▸ Action item:
Report, in full, each line of the material below in which the string "None" occurs.

━━ Task input ━━

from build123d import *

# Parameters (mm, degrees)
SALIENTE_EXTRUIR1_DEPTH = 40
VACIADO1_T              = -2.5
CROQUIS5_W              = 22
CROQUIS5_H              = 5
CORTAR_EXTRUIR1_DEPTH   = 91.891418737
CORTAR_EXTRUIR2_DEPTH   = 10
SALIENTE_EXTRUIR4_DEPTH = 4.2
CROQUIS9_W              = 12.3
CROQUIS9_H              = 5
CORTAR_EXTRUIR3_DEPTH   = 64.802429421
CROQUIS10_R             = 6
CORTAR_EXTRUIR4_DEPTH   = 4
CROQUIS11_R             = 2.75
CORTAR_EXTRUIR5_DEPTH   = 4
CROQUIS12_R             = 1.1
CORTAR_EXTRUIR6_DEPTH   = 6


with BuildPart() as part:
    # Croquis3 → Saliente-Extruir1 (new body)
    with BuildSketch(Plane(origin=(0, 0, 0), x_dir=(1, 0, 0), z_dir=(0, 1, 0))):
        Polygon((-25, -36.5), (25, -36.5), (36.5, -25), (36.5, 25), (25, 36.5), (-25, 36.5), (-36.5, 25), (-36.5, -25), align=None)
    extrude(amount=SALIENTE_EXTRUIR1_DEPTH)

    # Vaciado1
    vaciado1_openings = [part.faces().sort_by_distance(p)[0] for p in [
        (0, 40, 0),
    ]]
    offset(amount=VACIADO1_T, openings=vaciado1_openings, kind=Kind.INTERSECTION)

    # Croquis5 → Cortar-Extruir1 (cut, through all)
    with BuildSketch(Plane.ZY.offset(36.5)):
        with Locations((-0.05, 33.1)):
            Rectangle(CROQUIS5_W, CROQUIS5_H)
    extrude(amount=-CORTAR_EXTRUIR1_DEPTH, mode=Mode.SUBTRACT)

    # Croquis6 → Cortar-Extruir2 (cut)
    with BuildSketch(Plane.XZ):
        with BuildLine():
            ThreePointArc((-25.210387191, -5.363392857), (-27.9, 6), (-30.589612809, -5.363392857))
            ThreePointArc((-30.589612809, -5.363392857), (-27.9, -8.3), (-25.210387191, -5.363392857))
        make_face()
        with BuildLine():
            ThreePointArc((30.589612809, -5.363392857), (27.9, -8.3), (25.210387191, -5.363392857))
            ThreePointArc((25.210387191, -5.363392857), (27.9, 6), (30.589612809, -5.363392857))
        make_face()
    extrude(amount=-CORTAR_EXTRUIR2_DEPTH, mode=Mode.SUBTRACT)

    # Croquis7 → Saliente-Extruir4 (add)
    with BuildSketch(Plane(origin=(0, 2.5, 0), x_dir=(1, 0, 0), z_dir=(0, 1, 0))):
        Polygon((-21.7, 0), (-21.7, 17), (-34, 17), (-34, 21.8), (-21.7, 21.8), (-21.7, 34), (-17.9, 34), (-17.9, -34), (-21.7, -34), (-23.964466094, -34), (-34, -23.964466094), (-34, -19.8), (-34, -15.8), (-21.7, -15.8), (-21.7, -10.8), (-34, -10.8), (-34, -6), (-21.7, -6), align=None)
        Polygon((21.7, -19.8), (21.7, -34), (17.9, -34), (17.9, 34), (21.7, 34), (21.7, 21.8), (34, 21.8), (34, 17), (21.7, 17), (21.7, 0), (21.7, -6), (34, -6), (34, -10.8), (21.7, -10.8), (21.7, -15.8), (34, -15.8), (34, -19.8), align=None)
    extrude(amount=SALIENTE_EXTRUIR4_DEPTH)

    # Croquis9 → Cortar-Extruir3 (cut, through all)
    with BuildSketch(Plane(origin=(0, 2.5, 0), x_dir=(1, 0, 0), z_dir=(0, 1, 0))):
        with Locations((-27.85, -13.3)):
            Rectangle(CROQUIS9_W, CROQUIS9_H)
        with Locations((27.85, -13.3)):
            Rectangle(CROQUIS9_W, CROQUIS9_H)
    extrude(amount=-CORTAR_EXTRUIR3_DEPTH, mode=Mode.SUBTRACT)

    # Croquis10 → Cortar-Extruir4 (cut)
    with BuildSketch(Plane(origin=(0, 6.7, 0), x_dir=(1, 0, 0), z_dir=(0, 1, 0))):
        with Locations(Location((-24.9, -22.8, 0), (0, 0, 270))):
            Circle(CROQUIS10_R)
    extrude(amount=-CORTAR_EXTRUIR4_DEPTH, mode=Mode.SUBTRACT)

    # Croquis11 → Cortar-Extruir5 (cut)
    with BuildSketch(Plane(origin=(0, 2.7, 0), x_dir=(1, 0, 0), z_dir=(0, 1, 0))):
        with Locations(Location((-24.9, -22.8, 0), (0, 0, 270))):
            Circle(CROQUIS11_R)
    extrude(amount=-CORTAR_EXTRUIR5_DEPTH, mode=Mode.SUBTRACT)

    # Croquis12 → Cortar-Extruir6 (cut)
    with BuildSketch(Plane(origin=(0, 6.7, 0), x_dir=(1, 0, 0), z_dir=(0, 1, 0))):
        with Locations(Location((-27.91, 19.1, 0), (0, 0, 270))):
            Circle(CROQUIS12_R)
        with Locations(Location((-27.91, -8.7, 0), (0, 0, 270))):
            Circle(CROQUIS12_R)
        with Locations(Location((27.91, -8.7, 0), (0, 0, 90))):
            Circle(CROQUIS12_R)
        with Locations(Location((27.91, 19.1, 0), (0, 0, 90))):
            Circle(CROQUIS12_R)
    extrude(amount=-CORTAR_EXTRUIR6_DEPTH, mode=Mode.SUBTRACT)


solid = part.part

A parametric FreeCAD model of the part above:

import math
import FreeCAD as App
import Part
import Sketcher
Q = App.Units.Quantity


def faces_at(feature, points):
    """Names of the faces that lie closest to the given points."""
    faces = feature.Shape.Faces
    near = lambda p: min(range(len(faces)), key=lambda i: faces[i].distToShape(Part.Vertex(*p))[0])
    return sorted({f"Face{near(p) + 1}" for p in points})

doc = App.newDocument("Part")
body = doc.addObject("PartDesign::Body", "Body")

# Sketch on XZ plane
sketch1 = body.newObject("Sketcher::SketchObject", "Sketch")
sketch1.AttachmentSupport = (doc.getObject("XZ_Plane"), [""])
sketch1.MapMode = "FlatFace"
sketch1.addGeometry(Part.LineSegment(App.Vector(-25, 36, 0), App.Vector(25, 36, 0)), False)
sketch1.addGeometry(Part.LineSegment(App.Vector(25, 36, 0), App.Vector(36, 25, 0)), False)
sketch1.addGeometry(Part.LineSegment(App.Vector(36, 25, 0), App.Vector(36, -25, 0)), False)
sketch1.addGeometry(Part.LineSegment(App.Vector(36, -25, 0), App.Vector(25, -36, 0)), False)
sketch1.addGeometry(Part.LineSegment(App.Vector(25, -36, 0), App.Vector(-25, -36, 0)), False)
sketch1.addGeometry(Part.LineSegment(App.Vector(-25, -36, 0), App.Vector(-36, -25, 0)), False)
sketch1.addGeometry(Part.LineSegment(App.Vector(-36, -25, 0), App.Vector(-36, 25, 0)), False)
sketch1.addGeometry(Part.LineSegment(App.Vector(-36, 25, 0), App.Vector(-25, 36, 0)), False)
sketch1.addConstraint(Sketcher.Constraint("Coincident", 0, 2, 1, 1))
sketch1.addConstraint(Sketcher.Constraint("Coincident", 1, 2, 2, 1))
sketch1.addConstraint(Sketcher.Constraint("Coincident", 2, 2, 3, 1))
sketch1.addConstraint(Sketcher.Constraint("Coincident", 3, 2, 4, 1))
sketch1.addConstraint(Sketcher.Constraint("Coincident", 4, 2, 5, 1))
sketch1.addConstraint(Sketcher.Constraint("Coincident", 5, 2, 6, 1))
sketch1.addConstraint(Sketcher.Constraint("Coincident", 6, 2, 7, 1))
sketch1.addConstraint(Sketcher.Constraint("Coincident", 7, 2, 0, 1))
sketch1.addConstraint(Sketcher.Constraint("Horizontal", 0))
sketch1.addConstraint(Sketcher.Constraint("Vertical", 2))
sketch1.addConstraint(Sketcher.Constraint("Horizontal", 4))
sketch1.addConstraint(Sketcher.Constraint("Vertical", 6))
sketch1.addConstraint(Sketcher.Constraint("Symmetric", 0, 2, 4, 2, -1, 1))
sketch1.addConstraint(Sketcher.Constraint("Symmetric", 1, 2, 5, 2, -1, 1))
sketch1.addConstraint(Sketcher.Constraint("Perpendicular", 1, 3))
sketch1.addConstraint(Sketcher.Constraint("Perpendicular", 5, 7))
sketch1.addConstraint(Sketcher.Constraint("Horizontal", 2, 2, 5, 2))
sketch1.addConstraint(Sketcher.Constraint("Horizontal", 1, 2, 6, 2))
sketch1.addConstraint(Sketcher.Constraint("Vertical", 0, 2, 3, 2))
sketch1.addConstraint(Sketcher.Constraint("Equal", 4, 2))
sketch1.addConstraint(Sketcher.Constraint("DistanceX", 0, 1, 0, 2, Q("50 mm")))
sketch1.addConstraint(Sketcher.Constraint("DistanceY", 3, 2, 0, 2, Q("73 mm")))
pad1 = body.newObject("PartDesign::Pad", "Pad")
pad1.Profile = sketch1
pad1.Length = 40
pad1.Reversed = True
doc.recompute()

thickness = body.newObject("PartDesign::Thickness", "Thickness")
thickness.Base = (pad1, faces_at(pad1, [(0, 40, 0)]))
thickness.Value = 2.5
thickness.Reversed = True
thickness.Join = "Intersection"

# Sketch on YZ plane
sketch2 = body.newObject("Sketcher::SketchObject", "Sketch001")
sketch2.AttachmentSupport = (doc.getObject("YZ_Plane"), [""])
sketch2.MapMode = "FlatFace"
sketch2.AttachmentOffset = App.Placement(App.Vector(0, 0, -36.5), App.Rotation())
sketch2.addGeometry(Part.LineSegment(App.Vector(36, -11, 0), App.Vector(31, -11, 0)), False)
sketch2.addGeometry(Part.LineSegment(App.Vector(31, -11, 0), App.Vector(31, 11, 0)), False)
sketch2.addGeometry(Part.LineSegment(App.Vector(31, 11, 0), App.Vector(36, 11, 0)), False)
sketch2.addGeometry(Part.LineSegment(App.Vector(36, 11, 0), App.Vector(36, -11, 0)), False)
sketch2.addConstraint(Sketcher.Constraint("Coincident", 0, 2, 1, 1))
sketch2.addConstraint(Sketcher.Constraint("Coincident", 1, 2, 2, 1))
sketch2.addConstraint(Sketcher.Constraint("Coincident", 2, 2, 3, 1))
sketch2.addConstraint(Sketcher.Constraint("Coincident", 3, 2, 0, 1))
sketch2.addConstraint(Sketcher.Constraint("Horizontal", 0))
sketch2.addConstraint(Sketcher.Constraint("Vertical", 1))
sketch2.addConstraint(Sketcher.Constraint("Horizontal", 2))
sketch2.addConstraint(Sketcher.Constraint("Vertical", 3))
sketch2.addConstraint(Sketcher.Constraint("DistanceX", 0, 2, 0, 1, Q("5 mm")))
sketch2.addConstraint(Sketcher.Constraint("DistanceY", 1, 1, 1, 2, Q("22 mm")))
sketch2.addConstraint(Sketcher.Constraint("DistanceX", -1, 1, 0, 2, Q("30.6 mm")))
sketch2.addConstraint(Sketcher.Constraint("DistanceY", 0, 2, -1, 1, Q("11.05 mm")))
pocket1 = body.newObject("PartDesign::Pocket", "Pocket")
pocket1.Profile = sketch2
pocket1.Type = "ThroughAll"
pocket1.Reversed = True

━━━

▸ Response to this task:
        Polygon((-25, -36.5), (25, -36.5), (36.5, -25), (36.5, 25), (25, 36.5), (-25, 36.5), (-36.5, 25), (-36.5, -25), align=None)
        Polygon((-21.7, 0), (-21.7, 17), (-34, 17), (-34, 21.8), (-21.7, 21.8), (-21.7, 34), (-17.9, 34), (-17.9, -34), (-21.7, -34), (-23.964466094, -34), (-34, -23.964466094), (-34, -19.8), (-34, -15.8), (-21.7, -15.8), (-21.7, -10.8), (-34, -10.8), (-34, -6), (-21.7, -6), align=None)
        Polygon((21.7, -19.8), (21.7, -34), (17.9, -34), (17.9, 34), (21.7, 34), (21.7, 21.8), (34, 21.8), (34, 17), (21.7, 17), (21.7, 0), (21.7, -6), (34, -6), (34, -10.8), (21.7, -10.8), (21.7, -15.8), (34, -15.8), (34, -19.8), align=None)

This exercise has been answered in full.